Unit (ring theory)

In algebra, a unit or invertible element of a ring is an invertible element for the multiplication of the ring. That is, an element u of a ring R is a unit if there exists v in R such that $${\displaystyle vu=uv=1,}$$ where 1 is the multiplicative identity; the element v is unique for this property and is called the multiplicative inverse of u. The set of units of R forms a group R^× under multiplication, called the group of units or unit group of R. Other notations for the unit group are R^∗, U(R), and E(R) (from the German term Einheit).

Less commonly, the term unit is sometimes used to refer to the element 1 of the ring, in expressions like ring with a unit or unit ring, and also unit matrix. Because of this ambiguity, 1 is more commonly called the "unity" or the "identity" of the ring, and the phrases "ring with unity" or a "ring with identity" may be used to emphasize that one is considering a ring instead of a rng.

The multiplicative identity 1 and its additive inverse −1 are always units. More generally, any root of unity in a ring R is a unit: if rⁿ = 1, then rⁿ⁻¹ is a multiplicative inverse of r. In a nonzero ring, the element 0 is not a unit, so R^× is not closed under addition. A nonzero ring R in which every nonzero element is a unit (that is, R^× = R ∖ {0}) is called a division ring (or a skew-field). A commutative division ring is called a field. For example, the unit group of the field of real numbers R is R ∖ {0}.

In the ring of integers Z, the only units are 1 and −1.

In the ring Z/nZ of integers modulo n, the units are the congruence classes (mod n) represented by integers coprime to n. They constitute the multiplicative group of integers modulo n.

In the ring Z[√3] obtained by adjoining the quadratic integer √3 to Z, one has (2 + √3)(2 − √3) = 1, so 2 + √3 is a unit, and so are its powers, so Z[√3] has infinitely many units.

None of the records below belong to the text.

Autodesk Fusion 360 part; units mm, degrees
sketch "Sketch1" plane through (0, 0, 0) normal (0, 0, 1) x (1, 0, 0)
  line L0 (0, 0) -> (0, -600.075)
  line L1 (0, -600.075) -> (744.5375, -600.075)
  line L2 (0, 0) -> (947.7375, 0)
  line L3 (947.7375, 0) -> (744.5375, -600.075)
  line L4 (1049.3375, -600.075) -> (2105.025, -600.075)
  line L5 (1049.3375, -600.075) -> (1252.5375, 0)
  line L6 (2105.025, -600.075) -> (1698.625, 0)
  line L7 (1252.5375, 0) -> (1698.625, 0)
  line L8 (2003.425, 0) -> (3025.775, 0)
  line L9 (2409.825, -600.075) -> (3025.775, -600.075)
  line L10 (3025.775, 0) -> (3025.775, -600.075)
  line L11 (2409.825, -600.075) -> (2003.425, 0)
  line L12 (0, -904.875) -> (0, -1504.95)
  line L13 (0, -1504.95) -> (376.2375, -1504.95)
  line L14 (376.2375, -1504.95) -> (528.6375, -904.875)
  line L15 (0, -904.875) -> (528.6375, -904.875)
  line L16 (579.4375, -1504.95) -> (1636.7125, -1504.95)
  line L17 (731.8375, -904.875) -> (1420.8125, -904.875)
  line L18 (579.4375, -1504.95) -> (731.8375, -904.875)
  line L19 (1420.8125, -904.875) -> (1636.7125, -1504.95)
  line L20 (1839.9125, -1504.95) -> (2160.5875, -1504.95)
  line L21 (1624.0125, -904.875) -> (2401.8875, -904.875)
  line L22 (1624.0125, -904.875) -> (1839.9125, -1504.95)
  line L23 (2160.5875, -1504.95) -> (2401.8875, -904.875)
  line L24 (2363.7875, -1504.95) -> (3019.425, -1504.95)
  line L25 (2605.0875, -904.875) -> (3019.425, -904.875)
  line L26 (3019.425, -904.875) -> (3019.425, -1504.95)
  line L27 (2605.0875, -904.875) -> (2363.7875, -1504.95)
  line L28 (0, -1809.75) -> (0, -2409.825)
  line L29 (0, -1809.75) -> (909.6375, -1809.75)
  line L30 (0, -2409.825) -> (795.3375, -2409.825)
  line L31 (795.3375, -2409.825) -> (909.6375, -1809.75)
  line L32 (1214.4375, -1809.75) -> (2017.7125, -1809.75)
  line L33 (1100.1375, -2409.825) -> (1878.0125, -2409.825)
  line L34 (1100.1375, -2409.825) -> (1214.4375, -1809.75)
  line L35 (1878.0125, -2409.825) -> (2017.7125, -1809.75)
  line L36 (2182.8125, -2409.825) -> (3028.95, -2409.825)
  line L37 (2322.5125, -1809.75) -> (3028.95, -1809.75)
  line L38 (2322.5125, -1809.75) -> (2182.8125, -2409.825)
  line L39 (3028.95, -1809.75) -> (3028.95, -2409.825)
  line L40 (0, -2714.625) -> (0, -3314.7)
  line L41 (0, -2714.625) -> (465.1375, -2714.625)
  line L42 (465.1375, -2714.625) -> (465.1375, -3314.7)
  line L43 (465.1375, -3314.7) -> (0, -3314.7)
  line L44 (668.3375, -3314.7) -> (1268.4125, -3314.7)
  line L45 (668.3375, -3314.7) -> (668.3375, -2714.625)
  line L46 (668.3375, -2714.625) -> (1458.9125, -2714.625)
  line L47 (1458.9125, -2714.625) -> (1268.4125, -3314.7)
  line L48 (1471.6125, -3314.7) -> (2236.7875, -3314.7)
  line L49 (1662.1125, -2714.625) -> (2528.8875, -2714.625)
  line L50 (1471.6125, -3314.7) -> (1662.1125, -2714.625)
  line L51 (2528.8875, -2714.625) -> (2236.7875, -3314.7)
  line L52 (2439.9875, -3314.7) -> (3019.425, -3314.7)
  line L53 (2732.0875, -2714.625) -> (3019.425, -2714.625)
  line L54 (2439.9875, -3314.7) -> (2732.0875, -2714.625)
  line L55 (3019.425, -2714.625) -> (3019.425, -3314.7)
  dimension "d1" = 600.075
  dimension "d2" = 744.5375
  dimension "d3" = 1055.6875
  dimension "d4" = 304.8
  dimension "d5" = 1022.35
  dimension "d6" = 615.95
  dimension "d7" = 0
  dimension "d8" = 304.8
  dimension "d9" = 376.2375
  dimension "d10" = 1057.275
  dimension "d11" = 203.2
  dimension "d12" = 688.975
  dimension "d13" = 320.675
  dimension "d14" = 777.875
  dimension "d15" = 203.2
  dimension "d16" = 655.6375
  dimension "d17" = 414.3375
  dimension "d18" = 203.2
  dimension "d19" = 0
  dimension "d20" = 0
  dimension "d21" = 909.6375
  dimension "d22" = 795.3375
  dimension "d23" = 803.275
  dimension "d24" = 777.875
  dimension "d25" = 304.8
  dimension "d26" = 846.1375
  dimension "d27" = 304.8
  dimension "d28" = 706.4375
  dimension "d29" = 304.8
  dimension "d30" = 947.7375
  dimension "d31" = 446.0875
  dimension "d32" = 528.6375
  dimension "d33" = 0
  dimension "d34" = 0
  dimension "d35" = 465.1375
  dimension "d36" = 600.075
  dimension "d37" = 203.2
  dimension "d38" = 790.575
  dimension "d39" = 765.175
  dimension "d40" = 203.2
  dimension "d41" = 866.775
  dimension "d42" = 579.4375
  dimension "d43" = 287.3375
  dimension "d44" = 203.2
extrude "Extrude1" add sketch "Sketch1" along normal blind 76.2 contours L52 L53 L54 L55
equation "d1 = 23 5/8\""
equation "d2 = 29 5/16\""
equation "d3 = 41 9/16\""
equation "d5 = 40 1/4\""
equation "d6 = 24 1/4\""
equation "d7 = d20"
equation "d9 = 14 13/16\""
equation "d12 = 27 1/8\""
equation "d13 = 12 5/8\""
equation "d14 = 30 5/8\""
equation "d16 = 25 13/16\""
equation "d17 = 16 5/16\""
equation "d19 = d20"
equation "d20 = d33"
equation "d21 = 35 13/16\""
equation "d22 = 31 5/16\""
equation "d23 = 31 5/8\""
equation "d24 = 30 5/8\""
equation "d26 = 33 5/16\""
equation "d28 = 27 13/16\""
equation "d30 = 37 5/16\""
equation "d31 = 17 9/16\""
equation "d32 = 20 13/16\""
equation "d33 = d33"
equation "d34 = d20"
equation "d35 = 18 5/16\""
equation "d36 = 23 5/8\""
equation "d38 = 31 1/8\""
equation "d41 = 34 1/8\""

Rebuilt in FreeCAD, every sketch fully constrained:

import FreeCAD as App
import Part
import Sketcher
Q = App.Units.Quantity

doc = App.newDocument("Part")
body = doc.addObject("PartDesign::Body", "Body")

# Sketch on XY plane
sketch1 = body.newObject("Sketcher::SketchObject", "Sketch")
sketch1.AttachmentSupport = (doc.getObject("XY_Plane"), [""])
sketch1.MapMode = "FlatFace"
sketch1.addGeometry([
    Part.LineSegment(App.Vector(2732.0875, -2714.625, 0), App.Vector(2439.9875, -3314.7, 0)),
    Part.LineSegment(App.Vector(2439.9875, -3314.7, 0), App.Vector(3019.425, -3314.7, 0)),
    Part.LineSegment(App.Vector(3019.425, -3314.7, 0), App.Vector(3019.425, -2714.625, 0)),
    Part.LineSegment(App.Vector(3019.425, -2714.625, 0), App.Vector(2732.0875, -2714.625, 0)),
], False)
sketch1.addConstraint([
    Sketcher.Constraint("Coincident", 0, 2, 1, 1),
    Sketcher.Constraint("Coincident", 1, 2, 2, 1),
    Sketcher.Constraint("Coincident", 2, 2, 3, 1),
    Sketcher.Constraint("Coincident", 3, 2, 0, 1),
    Sketcher.Constraint("Horizontal", 1),
    Sketcher.Constraint("Vertical", 2),
    Sketcher.Constraint("Horizontal", 3),
    Sketcher.Constraint("DistanceX", 1, 1, 1, 2, Q("22.8125 in")),
    Sketcher.Constraint("DistanceX", 3, 2, 3, 1, Q("11.3125 in")),
    Sketcher.Constraint("DistanceY", 2, 1, 2, 2, Q("23.625 in")),
    Sketcher.Constraint("DistanceY", 0, 2, -1, 1, Q("130.5 in")),
    Sketcher.Constraint("DistanceX", -1, 1, 0, 2, Q("96.0625 in")),
])
pad1 = body.newObject("PartDesign::Pad", "Pad")
pad1.Profile = sketch1
pad1.Length = Q("3 in")

doc.recompute()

More generally, for the ring of integers R in a number field F, Dirichlet's unit theorem states that R^× is isomorphic to the group $${\displaystyle \mathbf {Z} ^{n}\times \mu _{R}}$$ where ${\displaystyle \mu _{R}}$ is the (finite, cyclic) group of roots of unity in R and n, the rank of the unit group, is $${\displaystyle n=r_{1}+r_{2}-1,}$$ where ${\displaystyle r_{1},r_{2}}$ are the number of real embeddings and the number of pairs of complex embeddings of F, respectively.

This recovers the Z[√3] example: The unit group of (the ring of integers of) a real quadratic field is infinite of rank 1, since ${\displaystyle r_{1}=2,r_{2}=0}$.